I was lucky enough to find a reasonably-priced gently-used Touch to give to my mother for Christmas. Now I'm looking for one for my son!


----------



## CandyTX (Apr 13, 2009)

I've owned every single one since the K2 (even the basic, etc etc because of various kids or gifts, etc).

The looks/feel and the screen make the Paperwhite a clear winner, in my opinion.

But, yes, I'm one of those that misses the page turn buttons. What I need is a paperwhite with buttons like the basic. I need old Jeff Bezos to get on making one JUST for me. I'll let you know how that goes 

Seriously, it all depends on you. I'm willing to deal with a touch screen for the better screen quality (and lighting) that the PW offers.


----------



## mooshie78 (Jul 15, 2010)

GBear said:


> Question about Paperwhite: In some conditions, often with bright overhead flourescent lights, I get a glare on the K3 screen. Does the lighted PW screen help with that?


Yes. Having the light turned up high under bright lights does help cut down on glare from overhead lights and make the screen look whiter.


----------



## Cindy416 (May 2, 2009)

Ann in Arlington said:


> When I bought the original Kindle in June 2008 I thought it was the best invention ever.
> 
> I upgraded to the K3K in August of 2010 and thought it was the best Kindle ever.
> 
> ...


Same here. Every time I get a new one, I love it even more than the previous one.


----------



## bordercollielady (Nov 21, 2008)

That's hard to answer.  I love the screen on the Paperwhite - but I need the page turning buttons as I have on the K3..  don't need the keyboard, but need the buttons..


----------



## BTackitt (Dec 15, 2008)

For me, K3G.
TTS feature and physical buttons make it fit my needs the best.

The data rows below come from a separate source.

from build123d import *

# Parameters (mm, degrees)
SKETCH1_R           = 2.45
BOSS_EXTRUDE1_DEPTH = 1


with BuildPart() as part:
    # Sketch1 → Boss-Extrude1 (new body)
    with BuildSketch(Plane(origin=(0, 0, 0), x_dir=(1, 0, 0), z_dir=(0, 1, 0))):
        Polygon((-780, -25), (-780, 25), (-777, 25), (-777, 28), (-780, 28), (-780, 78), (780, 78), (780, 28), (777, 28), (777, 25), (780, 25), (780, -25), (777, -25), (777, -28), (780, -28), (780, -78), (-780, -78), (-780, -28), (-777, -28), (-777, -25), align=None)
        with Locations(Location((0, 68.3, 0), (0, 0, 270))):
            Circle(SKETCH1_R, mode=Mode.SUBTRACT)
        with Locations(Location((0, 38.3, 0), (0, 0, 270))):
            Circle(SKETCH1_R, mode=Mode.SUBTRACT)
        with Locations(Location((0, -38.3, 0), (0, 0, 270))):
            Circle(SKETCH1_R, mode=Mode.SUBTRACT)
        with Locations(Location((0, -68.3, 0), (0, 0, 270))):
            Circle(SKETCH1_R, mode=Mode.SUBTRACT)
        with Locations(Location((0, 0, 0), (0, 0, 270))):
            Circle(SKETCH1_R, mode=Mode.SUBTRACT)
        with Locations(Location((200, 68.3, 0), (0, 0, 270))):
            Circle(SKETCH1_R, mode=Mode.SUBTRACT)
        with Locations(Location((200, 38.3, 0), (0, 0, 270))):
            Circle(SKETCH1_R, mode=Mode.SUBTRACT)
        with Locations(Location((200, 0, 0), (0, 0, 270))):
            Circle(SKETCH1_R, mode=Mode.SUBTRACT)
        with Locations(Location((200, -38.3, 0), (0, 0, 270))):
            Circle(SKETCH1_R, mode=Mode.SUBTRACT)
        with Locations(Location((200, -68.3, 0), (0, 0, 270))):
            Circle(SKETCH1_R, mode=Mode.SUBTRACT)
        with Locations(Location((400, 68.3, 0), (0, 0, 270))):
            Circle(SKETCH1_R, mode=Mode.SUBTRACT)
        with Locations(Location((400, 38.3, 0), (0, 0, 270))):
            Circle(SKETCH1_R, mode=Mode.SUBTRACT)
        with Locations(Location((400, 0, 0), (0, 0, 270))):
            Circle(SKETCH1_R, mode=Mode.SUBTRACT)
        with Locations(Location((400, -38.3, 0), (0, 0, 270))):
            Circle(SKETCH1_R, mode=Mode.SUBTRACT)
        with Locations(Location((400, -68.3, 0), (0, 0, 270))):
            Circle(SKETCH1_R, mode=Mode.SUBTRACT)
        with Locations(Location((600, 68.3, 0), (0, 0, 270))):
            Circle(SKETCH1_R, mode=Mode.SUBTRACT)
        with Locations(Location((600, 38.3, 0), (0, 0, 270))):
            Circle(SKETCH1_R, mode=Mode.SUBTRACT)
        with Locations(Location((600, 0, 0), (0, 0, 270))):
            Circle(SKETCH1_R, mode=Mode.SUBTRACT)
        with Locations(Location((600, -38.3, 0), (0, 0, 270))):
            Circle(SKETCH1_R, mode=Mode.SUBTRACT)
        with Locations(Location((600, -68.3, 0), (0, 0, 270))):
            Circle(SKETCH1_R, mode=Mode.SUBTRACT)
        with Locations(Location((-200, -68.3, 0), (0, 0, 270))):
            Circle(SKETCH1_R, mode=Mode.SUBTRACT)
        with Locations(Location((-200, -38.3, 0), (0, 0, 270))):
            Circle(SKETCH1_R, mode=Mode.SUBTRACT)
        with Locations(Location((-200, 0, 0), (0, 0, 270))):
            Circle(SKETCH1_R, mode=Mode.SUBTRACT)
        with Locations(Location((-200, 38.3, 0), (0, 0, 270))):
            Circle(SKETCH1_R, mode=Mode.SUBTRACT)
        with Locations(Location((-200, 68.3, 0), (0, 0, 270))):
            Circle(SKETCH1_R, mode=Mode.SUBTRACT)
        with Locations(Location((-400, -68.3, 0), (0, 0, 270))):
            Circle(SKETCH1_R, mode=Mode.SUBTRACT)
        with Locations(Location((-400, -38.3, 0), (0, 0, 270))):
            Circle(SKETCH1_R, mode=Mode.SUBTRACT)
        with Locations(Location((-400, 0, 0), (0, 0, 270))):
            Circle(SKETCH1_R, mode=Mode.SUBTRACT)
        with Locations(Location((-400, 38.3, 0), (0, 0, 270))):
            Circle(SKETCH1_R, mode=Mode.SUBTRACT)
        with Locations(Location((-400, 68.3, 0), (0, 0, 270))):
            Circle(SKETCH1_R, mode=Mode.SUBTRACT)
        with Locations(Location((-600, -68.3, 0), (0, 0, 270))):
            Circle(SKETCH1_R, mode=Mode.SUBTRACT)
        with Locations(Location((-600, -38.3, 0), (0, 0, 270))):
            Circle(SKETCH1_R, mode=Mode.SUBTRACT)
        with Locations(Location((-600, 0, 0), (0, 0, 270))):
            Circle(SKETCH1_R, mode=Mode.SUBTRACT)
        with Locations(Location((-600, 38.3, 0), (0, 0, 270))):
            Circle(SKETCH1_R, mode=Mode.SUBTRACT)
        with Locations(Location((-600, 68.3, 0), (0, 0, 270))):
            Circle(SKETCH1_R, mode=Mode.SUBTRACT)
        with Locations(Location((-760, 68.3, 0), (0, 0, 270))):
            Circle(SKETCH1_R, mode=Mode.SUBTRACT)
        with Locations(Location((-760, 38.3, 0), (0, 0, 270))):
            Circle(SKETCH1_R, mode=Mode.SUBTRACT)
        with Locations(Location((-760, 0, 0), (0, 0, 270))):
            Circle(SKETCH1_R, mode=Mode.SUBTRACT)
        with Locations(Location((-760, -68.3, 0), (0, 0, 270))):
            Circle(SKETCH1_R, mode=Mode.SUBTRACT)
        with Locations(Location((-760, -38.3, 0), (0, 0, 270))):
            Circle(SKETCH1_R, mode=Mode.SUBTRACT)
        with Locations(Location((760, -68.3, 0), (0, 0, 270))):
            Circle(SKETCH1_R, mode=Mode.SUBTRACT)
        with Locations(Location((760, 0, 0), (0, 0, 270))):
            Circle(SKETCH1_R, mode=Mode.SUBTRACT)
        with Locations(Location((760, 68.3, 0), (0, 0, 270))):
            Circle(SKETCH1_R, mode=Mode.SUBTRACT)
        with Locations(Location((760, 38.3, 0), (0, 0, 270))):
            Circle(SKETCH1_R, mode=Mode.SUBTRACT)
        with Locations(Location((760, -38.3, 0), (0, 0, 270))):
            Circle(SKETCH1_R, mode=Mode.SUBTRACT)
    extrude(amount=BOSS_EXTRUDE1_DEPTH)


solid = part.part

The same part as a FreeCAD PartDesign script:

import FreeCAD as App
import Part
import Sketcher
from FreeCAD import Vector
Q = App.Units.Quantity

doc = App.newDocument("Part")
body = doc.addObject("PartDesign::Body", "Body")

# Sketch on XZ plane
sketch1 = doc.addObject("Sketcher::SketchObject", "Sketch")
body.addObject(sketch1)
sketch1.AttachmentSupport = (doc.XZ_Plane, [""])
sketch1.MapMode = "FlatFace"
sketch1.addGeometry(Part.LineSegment(Vector(-780, -25, 0), Vector(-780, 25, 0)), False)
sketch1.addGeometry(Part.LineSegment(Vector(-780, 25, 0), Vector(-777, 25, 0)), False)
sketch1.addGeometry(Part.LineSegment(Vector(-777, 25, 0), Vector(-777, 28, 0)), False)
sketch1.addGeometry(Part.LineSegment(Vector(-777, 28, 0), Vector(-780, 28, 0)), False)
sketch1.addGeometry(Part.LineSegment(Vector(-780, 28, 0), Vector(-780, 78, 0)), False)
sketch1.addGeometry(Part.LineSegment(Vector(-780, 78, 0), Vector(780, 78, 0)), False)
sketch1.addGeometry(Part.LineSegment(Vector(780, 78, 0), Vector(780, 28, 0)), False)
sketch1.addGeometry(Part.LineSegment(Vector(780, 28, 0), Vector(777, 28, 0)), False)
sketch1.addGeometry(Part.LineSegment(Vector(777, 28, 0), Vector(777, 25, 0)), False)
sketch1.addGeometry(Part.LineSegment(Vector(777, 25, 0), Vector(780, 25, 0)), False)
sketch1.addGeometry(Part.LineSegment(Vector(780, 25, 0), Vector(780, -25, 0)), False)
sketch1.addGeometry(Part.LineSegment(Vector(780, -25, 0), Vector(777, -25, 0)), False)
sketch1.addGeometry(Part.LineSegment(Vector(777, -25, 0), Vector(777, -28, 0)), False)
sketch1.addGeometry(Part.LineSegment(Vector(777, -28, 0), Vector(780, -28, 0)), False)
sketch1.addGeometry(Part.LineSegment(Vector(780, -28, 0), Vector(780, -78, 0)), False)
sketch1.addGeometry(Part.LineSegment(Vector(780, -78, 0), Vector(-780, -78, 0)), False)
sketch1.addGeometry(Part.LineSegment(Vector(-780, -78, 0), Vector(-780, -28, 0)), False)
sketch1.addGeometry(Part.LineSegment(Vector(-780, -28, 0), Vector(-777, -28, 0)), False)
sketch1.addGeometry(Part.LineSegment(Vector(-777, -28, 0), Vector(-777, -25, 0)), False)
sketch1.addGeometry(Part.LineSegment(Vector(-777, -25, 0), Vector(-780, -25, 0)), False)
sketch1.addGeometry(Part.Circle(Vector(760, 68.3, 0), Vector(0, 0, 1), 2.5), False)
sketch1.addGeometry(Part.Circle(Vector(600, 68.3, 0), Vector(0, 0, 1), 2.5), False)
sketch1.addGeometry(Part.Circle(Vector(400, 68.3, 0), Vector(0, 0, 1), 2.5), False)
sketch1.addGeometry(Part.Circle(Vector(760, 38.3, 0), Vector(0, 0, 1), 2.5), False)
sketch1.addGeometry(Part.Circle(Vector(600, 38.3, 0), Vector(0, 0, 1), 2.5), False)
sketch1.addGeometry(Part.Circle(Vector(400, 38.3, 0), Vector(0, 0, 1), 2.5), False)
sketch1.addGeometry(Part.Circle(Vector(200, 68.3, 0), Vector(0, 0, 1), 2.5), False)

TTS NEEDED for my studying. So any Kindle with no sound and TTS is not gonna cut it for me.


----------



## northofdivision (Sep 7, 2010)

I've owned 1, 2, 3, touch, 4, and PW and i'm of the small minority that has to go with the K4 non touch as the fave. The lightest smallest of the bunch with 167ppi pearl ink. its the one that fits in my backpocket the easiest (often spend sundays with nothing but the kindle in my backpocket. when i'm running for a bus or subways which i often seem to be, i can have my fingers on the screen and no pages will get turned so when i sit, its exactly where i want it to be). The k3 was (is still) amazing and i was sad to lose the auto page turn trick (turning the text to speech on and turning off the volume). I returned the Kindle touch because i didn't like the deep bezel and the IR wasn't for me but felt it was a nice start. As of today (waiting for my replacement PW), the K4 non touch is the champ. I can hold it with one hand and turn the pages with my thumb without moving my hand. The PW is much more responsive than the touch was and I like the font of the folders in List view. I know they'll find a screensaver workaround (or may have already) but there's just something so comforting to have my own handful of screensavers on my K4, K3 and K2. In the end though, Betsy said it best, the best one is the one that's in your hand and you're just reading some narrative in silence. Hoping I can be like some of you who have been happier each generation. My happiness ended with the K4 non touch but will stay optimistic that I'll like my replacement PW.


----------



## DD (Nov 9, 2008)

I've owned the K1, K2, K3(keyboard), KDXg, Touch 3g, Paperwhite 3g.  I have to say the K2 was the worst by far because of the dark screen and faded text.

When the K3 came out with the pearl screen, I was ecstatic.  I still own that one.
The KDXg was a nice screen but I returned it because it was just too big for me.
The Touch 3g is the one I use most now and it's my favorite, especially in the Amazon lighted cover.
I had the PW3g briefly last week but I sent it back because of disappointment in the uniformity of the screen color and faded looking text.  If the PW had looked as the ad pictures do, I know this would have been my favorite because of the built in light.  I'll keep my eye on it and if they improve it, I'll be the first one in line.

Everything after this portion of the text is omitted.